What did you use to stir this concoction, and at what speed (1800?)?  Will a decent magnetic stirrer suffice?

PB


noj

  • Guest
Re: Thermal isosafrole epoxide rearrangement trials
« Reply #5 on: February 03, 2002, 08:13:00 PM »
for swim, it was 450g isosafrole, 2L MeOH, 2Gal dH2O, 1lb Oxone, yield was about 350g epoxide.



If you prepare your oxone/MeOH/H2O prior to using, you can filter the precipitate, which is potassium sulfate. Oxone level is not affected by this.
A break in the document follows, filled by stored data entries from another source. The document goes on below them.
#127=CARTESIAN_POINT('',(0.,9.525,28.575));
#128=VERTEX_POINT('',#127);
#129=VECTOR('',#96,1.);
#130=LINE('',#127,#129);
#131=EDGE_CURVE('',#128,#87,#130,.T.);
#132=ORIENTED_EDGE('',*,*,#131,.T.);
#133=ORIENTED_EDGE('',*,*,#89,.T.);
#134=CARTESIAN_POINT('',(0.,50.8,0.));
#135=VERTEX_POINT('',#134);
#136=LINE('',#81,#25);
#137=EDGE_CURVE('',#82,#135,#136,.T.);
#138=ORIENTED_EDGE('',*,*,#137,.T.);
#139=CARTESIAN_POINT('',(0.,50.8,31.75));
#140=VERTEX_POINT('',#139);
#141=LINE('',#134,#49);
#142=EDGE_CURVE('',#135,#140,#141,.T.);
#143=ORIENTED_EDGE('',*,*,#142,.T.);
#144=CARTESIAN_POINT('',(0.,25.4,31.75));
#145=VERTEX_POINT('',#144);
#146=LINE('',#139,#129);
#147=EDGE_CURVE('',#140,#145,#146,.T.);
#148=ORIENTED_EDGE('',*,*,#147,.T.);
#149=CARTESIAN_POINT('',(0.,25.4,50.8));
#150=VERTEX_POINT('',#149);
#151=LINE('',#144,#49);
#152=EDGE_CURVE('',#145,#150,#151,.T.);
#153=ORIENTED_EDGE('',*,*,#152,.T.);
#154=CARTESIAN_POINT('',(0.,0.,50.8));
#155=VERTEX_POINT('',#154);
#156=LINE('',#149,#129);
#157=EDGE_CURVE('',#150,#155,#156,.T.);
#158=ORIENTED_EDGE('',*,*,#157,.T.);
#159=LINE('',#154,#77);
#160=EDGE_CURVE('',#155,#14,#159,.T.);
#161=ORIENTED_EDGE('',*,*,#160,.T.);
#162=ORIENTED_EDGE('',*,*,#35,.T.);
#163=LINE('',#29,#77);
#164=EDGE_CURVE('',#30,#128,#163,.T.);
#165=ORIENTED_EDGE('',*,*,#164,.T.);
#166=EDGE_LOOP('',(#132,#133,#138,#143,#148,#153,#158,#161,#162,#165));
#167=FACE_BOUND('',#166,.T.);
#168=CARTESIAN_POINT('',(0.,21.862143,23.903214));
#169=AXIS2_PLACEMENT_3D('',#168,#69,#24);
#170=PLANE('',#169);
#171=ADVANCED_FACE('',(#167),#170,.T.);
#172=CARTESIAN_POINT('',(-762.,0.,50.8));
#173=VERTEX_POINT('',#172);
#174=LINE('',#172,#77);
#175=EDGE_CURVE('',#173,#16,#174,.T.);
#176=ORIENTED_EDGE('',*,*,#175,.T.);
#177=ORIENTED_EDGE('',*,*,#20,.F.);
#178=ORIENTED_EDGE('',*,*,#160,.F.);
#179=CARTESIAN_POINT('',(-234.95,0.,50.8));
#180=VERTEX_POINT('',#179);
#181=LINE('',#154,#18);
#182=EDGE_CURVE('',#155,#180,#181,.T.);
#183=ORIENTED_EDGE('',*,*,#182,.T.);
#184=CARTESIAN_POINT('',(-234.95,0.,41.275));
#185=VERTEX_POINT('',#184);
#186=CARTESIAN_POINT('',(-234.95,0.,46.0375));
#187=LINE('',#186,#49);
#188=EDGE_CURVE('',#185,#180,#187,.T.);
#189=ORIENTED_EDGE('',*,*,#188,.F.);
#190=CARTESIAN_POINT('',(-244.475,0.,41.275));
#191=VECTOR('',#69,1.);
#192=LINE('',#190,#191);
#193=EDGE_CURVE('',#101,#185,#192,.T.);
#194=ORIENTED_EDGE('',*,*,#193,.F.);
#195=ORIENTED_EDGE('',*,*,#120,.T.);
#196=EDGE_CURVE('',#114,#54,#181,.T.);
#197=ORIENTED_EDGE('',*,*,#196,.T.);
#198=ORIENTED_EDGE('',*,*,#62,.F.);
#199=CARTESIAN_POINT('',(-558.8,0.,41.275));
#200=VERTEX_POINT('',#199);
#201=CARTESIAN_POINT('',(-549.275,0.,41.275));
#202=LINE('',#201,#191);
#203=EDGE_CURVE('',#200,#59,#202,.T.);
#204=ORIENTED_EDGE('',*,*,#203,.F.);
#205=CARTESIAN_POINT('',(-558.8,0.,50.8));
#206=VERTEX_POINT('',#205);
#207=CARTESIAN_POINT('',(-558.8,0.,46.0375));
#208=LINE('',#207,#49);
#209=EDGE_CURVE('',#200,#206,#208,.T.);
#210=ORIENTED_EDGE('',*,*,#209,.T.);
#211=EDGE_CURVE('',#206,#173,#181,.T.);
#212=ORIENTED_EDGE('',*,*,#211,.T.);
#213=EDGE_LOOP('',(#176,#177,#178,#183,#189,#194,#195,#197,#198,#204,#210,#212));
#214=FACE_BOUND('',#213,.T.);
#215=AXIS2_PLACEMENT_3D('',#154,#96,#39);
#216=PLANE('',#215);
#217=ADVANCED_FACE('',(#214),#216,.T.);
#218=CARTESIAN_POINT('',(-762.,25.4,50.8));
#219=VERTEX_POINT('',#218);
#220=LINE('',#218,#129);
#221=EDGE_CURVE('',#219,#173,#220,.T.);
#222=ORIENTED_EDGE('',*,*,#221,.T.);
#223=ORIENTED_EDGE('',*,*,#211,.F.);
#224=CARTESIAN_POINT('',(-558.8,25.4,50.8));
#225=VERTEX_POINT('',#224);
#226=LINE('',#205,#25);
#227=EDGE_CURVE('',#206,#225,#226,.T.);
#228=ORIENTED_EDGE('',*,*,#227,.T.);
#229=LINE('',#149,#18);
This will allow unhindered magnetic stirring other than water resistance.



Real men cook naked.

Flip

  • Guest
Re: Thermal isosafrole epoxide rearrangement trials
« Reply #6 on: February 03, 2002, 09:39:00 PM »
Hell yeah thanks.  Swim used more oxone because it is 85%.
VL_

Vibrating_Lights

  • Guest
Re: Thermal isosafrole epoxide rearrangement trials
« Reply #7 on: February 03, 2002, 09:54:00 PM »
Noj, how much extraction solvent did you use for the 400+ grams.
VL_

noj

  • Guest
Re: Thermal isosafrole epoxide rearrangement trials
« Reply #8 on: February 03, 2002, 11:59:00 PM »
I honestly don't recall the amount of DCM, but it was likely 3x100mL. When there are no solids in the solution, it is easy to extract. Just let it settle awhile in the sep funnel, tap off the epoxide, and extract the water with DCM.
Stirring was done on a Corning 320 with a 3" bar. Every thing else was like Chromic wrote.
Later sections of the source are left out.